Records supplied:
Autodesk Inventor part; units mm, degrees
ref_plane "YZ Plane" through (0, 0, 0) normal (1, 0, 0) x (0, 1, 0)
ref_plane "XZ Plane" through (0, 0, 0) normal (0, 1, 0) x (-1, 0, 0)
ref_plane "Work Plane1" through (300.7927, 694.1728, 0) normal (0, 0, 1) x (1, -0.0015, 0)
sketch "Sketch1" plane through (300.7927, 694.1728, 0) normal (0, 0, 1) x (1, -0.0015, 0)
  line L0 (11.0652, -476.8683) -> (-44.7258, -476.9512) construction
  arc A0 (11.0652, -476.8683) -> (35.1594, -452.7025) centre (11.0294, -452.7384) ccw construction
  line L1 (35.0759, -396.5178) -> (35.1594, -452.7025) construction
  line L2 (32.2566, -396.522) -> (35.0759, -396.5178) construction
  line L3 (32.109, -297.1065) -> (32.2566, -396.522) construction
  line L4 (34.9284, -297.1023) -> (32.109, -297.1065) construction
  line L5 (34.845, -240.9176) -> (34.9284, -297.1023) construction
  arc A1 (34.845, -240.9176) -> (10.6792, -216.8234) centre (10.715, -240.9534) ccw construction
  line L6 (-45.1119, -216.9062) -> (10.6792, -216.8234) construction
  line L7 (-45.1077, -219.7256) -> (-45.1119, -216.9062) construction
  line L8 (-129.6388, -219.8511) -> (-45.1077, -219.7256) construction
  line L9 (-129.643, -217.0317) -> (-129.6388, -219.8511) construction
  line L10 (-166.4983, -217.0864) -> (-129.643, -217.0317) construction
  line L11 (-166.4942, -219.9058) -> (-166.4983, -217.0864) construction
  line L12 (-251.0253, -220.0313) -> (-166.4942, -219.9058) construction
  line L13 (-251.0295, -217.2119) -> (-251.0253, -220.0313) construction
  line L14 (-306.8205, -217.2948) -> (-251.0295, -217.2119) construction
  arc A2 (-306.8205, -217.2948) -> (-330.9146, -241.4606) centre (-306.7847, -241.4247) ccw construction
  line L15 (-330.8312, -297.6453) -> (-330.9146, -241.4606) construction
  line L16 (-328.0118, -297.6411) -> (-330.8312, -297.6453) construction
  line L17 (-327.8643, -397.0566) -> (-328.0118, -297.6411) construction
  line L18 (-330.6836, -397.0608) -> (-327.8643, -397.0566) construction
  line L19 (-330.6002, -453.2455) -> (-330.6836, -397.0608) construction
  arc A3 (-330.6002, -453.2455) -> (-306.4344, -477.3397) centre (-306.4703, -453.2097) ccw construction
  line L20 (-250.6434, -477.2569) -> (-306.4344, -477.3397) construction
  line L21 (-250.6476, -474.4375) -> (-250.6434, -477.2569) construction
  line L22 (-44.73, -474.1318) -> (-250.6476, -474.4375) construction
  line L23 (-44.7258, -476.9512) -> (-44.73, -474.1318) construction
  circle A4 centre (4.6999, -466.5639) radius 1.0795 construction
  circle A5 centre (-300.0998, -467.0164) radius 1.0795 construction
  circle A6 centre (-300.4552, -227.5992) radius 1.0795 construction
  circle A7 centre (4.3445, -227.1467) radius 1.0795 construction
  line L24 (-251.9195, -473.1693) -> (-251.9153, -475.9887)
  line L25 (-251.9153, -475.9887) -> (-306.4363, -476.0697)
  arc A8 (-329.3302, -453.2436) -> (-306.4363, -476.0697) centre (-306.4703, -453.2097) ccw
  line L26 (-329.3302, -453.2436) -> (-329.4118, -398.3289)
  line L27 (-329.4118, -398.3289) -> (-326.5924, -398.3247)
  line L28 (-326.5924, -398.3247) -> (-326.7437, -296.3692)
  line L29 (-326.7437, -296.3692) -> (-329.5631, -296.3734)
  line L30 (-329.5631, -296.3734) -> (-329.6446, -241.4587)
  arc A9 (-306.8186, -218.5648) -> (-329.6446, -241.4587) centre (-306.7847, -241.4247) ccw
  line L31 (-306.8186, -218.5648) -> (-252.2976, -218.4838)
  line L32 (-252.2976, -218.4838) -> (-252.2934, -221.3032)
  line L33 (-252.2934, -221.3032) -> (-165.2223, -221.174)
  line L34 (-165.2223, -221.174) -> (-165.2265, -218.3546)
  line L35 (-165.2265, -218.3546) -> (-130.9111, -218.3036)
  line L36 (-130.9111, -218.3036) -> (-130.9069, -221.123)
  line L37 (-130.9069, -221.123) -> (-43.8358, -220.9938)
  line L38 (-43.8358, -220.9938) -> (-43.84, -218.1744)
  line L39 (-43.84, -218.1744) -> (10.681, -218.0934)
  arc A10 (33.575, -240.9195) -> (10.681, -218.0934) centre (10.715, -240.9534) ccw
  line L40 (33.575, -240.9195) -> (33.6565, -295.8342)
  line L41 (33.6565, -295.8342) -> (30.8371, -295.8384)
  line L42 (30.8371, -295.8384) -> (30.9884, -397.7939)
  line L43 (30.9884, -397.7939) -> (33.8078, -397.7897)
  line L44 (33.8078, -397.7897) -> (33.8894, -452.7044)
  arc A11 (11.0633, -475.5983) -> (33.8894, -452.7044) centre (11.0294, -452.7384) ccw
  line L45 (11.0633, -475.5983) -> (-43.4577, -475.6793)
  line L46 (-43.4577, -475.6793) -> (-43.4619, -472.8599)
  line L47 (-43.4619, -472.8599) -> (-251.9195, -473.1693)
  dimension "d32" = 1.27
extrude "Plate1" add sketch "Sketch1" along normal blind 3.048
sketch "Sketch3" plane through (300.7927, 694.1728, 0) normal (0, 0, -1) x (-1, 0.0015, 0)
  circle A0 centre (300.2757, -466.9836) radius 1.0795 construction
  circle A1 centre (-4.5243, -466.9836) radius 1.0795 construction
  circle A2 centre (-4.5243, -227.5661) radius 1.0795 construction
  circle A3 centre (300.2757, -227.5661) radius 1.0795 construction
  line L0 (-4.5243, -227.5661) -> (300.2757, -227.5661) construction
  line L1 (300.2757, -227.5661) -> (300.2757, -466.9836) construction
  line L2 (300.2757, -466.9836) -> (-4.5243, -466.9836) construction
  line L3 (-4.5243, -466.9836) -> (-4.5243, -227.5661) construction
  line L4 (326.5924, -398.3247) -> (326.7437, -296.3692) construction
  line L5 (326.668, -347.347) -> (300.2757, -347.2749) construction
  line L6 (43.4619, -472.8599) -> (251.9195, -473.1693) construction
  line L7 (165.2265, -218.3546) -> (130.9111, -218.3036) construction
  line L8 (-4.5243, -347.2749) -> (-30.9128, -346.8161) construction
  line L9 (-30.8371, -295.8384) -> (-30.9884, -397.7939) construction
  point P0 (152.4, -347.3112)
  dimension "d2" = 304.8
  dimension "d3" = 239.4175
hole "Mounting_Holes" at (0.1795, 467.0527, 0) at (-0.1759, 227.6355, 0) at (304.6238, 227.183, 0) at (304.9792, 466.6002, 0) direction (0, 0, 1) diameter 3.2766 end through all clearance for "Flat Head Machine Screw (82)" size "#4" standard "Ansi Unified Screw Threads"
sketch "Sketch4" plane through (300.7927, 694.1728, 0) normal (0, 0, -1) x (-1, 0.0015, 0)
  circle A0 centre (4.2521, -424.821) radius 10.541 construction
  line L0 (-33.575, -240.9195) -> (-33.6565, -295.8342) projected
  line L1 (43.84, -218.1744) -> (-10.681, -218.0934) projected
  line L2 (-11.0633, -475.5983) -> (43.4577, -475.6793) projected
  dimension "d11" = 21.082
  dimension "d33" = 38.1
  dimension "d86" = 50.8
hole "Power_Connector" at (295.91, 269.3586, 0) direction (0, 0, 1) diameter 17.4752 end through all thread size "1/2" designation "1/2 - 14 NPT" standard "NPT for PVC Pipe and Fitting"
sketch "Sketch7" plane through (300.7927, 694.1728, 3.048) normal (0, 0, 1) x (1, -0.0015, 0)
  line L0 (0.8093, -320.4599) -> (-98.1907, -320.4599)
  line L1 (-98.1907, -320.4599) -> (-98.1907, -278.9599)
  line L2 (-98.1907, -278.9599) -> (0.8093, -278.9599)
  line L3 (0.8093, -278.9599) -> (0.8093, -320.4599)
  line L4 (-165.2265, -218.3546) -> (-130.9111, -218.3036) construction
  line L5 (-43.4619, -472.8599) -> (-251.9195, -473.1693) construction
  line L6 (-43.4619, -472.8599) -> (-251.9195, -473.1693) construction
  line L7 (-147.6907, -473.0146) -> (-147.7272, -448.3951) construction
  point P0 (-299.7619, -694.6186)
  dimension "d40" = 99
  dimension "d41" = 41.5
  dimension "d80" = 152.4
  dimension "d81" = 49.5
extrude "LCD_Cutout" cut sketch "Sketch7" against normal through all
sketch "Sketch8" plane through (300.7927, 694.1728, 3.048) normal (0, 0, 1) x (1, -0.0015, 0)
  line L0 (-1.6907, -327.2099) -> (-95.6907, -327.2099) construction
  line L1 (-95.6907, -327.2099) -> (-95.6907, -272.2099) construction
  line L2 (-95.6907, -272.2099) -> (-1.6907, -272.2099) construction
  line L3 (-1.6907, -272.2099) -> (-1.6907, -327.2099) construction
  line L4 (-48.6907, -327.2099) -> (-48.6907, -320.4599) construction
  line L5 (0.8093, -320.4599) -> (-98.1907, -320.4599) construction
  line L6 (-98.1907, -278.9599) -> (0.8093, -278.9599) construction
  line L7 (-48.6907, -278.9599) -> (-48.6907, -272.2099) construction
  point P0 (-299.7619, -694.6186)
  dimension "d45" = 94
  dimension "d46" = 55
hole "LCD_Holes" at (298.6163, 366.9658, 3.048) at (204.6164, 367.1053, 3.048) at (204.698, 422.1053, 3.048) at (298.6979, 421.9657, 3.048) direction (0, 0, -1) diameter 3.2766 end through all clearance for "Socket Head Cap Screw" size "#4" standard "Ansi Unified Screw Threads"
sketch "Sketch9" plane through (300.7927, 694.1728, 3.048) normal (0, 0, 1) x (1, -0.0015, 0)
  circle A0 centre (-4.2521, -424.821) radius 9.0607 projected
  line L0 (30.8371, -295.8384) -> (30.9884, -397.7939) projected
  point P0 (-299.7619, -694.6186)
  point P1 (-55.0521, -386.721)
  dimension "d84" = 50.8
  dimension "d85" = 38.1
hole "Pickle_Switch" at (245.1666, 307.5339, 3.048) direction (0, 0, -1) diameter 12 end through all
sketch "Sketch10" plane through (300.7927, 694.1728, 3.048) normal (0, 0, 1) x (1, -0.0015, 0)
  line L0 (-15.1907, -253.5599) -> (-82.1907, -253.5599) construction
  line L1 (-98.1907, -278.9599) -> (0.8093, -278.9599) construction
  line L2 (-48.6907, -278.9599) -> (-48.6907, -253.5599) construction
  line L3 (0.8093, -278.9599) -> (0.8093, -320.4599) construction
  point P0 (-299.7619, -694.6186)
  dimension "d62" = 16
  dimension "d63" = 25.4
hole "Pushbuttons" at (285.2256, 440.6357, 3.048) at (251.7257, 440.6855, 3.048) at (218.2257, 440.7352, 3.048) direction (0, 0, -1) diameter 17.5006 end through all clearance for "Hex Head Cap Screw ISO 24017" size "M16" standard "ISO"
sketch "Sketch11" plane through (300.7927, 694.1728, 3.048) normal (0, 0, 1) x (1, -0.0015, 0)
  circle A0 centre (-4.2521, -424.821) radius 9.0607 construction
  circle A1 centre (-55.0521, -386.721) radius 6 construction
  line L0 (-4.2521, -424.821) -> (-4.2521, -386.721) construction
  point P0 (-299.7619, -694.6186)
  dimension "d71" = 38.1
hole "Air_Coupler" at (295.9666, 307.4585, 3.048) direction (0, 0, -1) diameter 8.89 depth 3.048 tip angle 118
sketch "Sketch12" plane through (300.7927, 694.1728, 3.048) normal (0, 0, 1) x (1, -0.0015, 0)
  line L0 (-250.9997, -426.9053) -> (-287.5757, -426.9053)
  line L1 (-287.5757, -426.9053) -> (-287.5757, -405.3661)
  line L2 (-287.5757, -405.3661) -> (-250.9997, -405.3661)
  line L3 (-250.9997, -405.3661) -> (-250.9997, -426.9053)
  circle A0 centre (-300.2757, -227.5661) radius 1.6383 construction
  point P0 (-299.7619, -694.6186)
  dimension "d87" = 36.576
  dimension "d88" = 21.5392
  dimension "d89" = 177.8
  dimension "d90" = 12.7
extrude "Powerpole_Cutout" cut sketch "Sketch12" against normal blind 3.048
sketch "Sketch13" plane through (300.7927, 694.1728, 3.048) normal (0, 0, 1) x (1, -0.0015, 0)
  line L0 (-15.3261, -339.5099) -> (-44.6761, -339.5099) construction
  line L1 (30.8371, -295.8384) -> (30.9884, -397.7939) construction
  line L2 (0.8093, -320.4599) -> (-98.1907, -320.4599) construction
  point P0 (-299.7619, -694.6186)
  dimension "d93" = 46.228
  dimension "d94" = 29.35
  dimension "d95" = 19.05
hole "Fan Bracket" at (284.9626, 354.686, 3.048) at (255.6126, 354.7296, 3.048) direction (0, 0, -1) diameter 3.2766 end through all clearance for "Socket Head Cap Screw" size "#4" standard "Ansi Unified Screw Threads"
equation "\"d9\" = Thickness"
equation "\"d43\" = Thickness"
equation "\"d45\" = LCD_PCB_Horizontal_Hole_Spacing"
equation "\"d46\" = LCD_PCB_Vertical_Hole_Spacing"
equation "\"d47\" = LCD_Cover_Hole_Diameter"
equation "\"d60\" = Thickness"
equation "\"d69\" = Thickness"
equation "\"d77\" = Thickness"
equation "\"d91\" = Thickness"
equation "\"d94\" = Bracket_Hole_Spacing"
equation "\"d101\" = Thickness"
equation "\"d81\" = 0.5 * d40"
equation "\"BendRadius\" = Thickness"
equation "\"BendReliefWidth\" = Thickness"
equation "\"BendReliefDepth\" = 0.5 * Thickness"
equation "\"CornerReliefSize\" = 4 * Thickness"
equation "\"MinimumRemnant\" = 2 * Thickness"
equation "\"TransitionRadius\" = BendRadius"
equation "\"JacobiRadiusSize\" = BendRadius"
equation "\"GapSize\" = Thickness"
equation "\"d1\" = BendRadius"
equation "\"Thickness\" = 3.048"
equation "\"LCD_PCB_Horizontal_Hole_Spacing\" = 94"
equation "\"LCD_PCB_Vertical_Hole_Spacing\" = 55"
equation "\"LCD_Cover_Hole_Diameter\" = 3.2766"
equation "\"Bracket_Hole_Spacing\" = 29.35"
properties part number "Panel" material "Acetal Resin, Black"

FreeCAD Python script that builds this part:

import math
import FreeCAD as App
import Part
import Sketcher

V = App.Vector
Q = App.Units.Quantity

doc = App.newDocument("Part")
body = doc.addObject("PartDesign::Body", "Body")

sketch1 = body.newObject("Sketcher::SketchObject", "Sketch")
sketch1.AttachmentSupport = (doc.getObject("XY_Plane"), [""])
sketch1.MapMode = "FlatFace"
sketch1.addGeometry([
    Part.LineSegment(V(48.163701, 218.562508, 0), V(48.16373, 221.381911, 0)),
    Part.LineSegment(V(48.16373, 221.381911, 0), V(256.62156, 221.378625, 0)),
    Part.LineSegment(V(256.62156, 221.378625, 0), V(256.621531, 218.559222, 0)),
    Part.LineSegment(V(256.621531, 218.559222, 0), V(311.142591, 218.55844, 0)),
    Part.ArcOfCircle(Part.Circle(V(311.142981, 241.418365, 0), V(0, 0, 1), 22.859925), math.radians(-90.000977), math.radians(-0.000727)),
    Part.LineSegment(V(334.003006, 241.418075, 0), V(334.003778, 296.332836, 0)),
    Part.LineSegment(V(334.003778, 296.332836, 0), V(331.184375, 296.332865, 0)),
    Part.LineSegment(V(331.184375, 296.332865, 0), V(331.186008, 398.288477, 0)),
    Part.LineSegment(V(331.186008, 398.288477, 0), V(334.005411, 398.288448, 0)),
    Part.LineSegment(V(334.005411, 398.288448, 0), V(334.006283, 453.203209, 0)),
    Part.ArcOfCircle(Part.Circle(V(311.146258, 453.203599, 0), V(0, 0, 1), 22.860025), math.radians(-0.000977), math.radians(89.999273)),
    Part.LineSegment(V(311.146548, 476.063624, 0), V(256.625488, 476.064405, 0)),
    Part.LineSegment(V(256.625488, 476.064405, 0), V(256.625459, 473.245002, 0)),
    Part.LineSegment(V(256.625459, 473.245002, 0), V(169.554263, 473.246409, 0)),
    Part.LineSegment(V(169.554263, 473.246409, 0), V(169.554292, 476.065812, 0)),
    Part.LineSegment(V(169.554292, 476.065812, 0), V(135.238854, 476.066285, 0)),
    Part.LineSegment(V(135.238854, 476.066285, 0), V(135.238825, 473.246882, 0)),
    Part.LineSegment(V(135.238825, 473.246882, 0), V(48.167629, 473.248289, 0)),
    Part.LineSegment(V(48.167629, 473.248289, 0), V(48.167659, 476.067692, 0)),
    Part.LineSegment(V(48.167659, 476.067692, 0), V(-6.353402, 476.068473, 0)),
    Part.ArcOfCircle(Part.Circle(V(-6.353791, 453.208548, 0), V(0, 0, 1), 22.859925), math.radians(89.999023), math.radians(179.999274)),
    Part.LineSegment(V(-29.213717, 453.208838, 0), V(-29.214589, 398.294077, 0)),
    Part.LineSegment(V(-29.214589, 398.294077, 0), V(-26.395186, 398.294048, 0)),
    Part.LineSegment(V(-26.395186, 398.294048, 0), V(-26.396819, 296.338436, 0)),
    Part.LineSegment(V(-26.396819, 296.338436, 0), V(-29.216222, 296.338465, 0)),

Problem: Which lines above include the word "Screw"? Return each one.

Task solution:
hole "Mounting_Holes" at (0.1795, 467.0527, 0) at (-0.1759, 227.6355, 0) at (304.6238, 227.183, 0) at (304.9792, 466.6002, 0) direction (0, 0, 1) diameter 3.2766 end through all clearance for "Flat Head Machine Screw (82)" size "#4" standard "Ansi Unified Screw Threads"
hole "LCD_Holes" at (298.6163, 366.9658, 3.048) at (204.6164, 367.1053, 3.048) at (204.698, 422.1053, 3.048) at (298.6979, 421.9657, 3.048) direction (0, 0, -1) diameter 3.2766 end through all clearance for "Socket Head Cap Screw" size "#4" standard "Ansi Unified Screw Threads"
hole "Pushbuttons" at (285.2256, 440.6357, 3.048) at (251.7257, 440.6855, 3.048) at (218.2257, 440.7352, 3.048) direction (0, 0, -1) diameter 17.5006 end through all clearance for "Hex Head Cap Screw ISO 24017" size "M16" standard "ISO"
hole "Fan Bracket" at (284.9626, 354.686, 3.048) at (255.6126, 354.7296, 3.048) direction (0, 0, -1) diameter 3.2766 end through all clearance for "Socket Head Cap Screw" size "#4" standard "Ansi Unified Screw Threads"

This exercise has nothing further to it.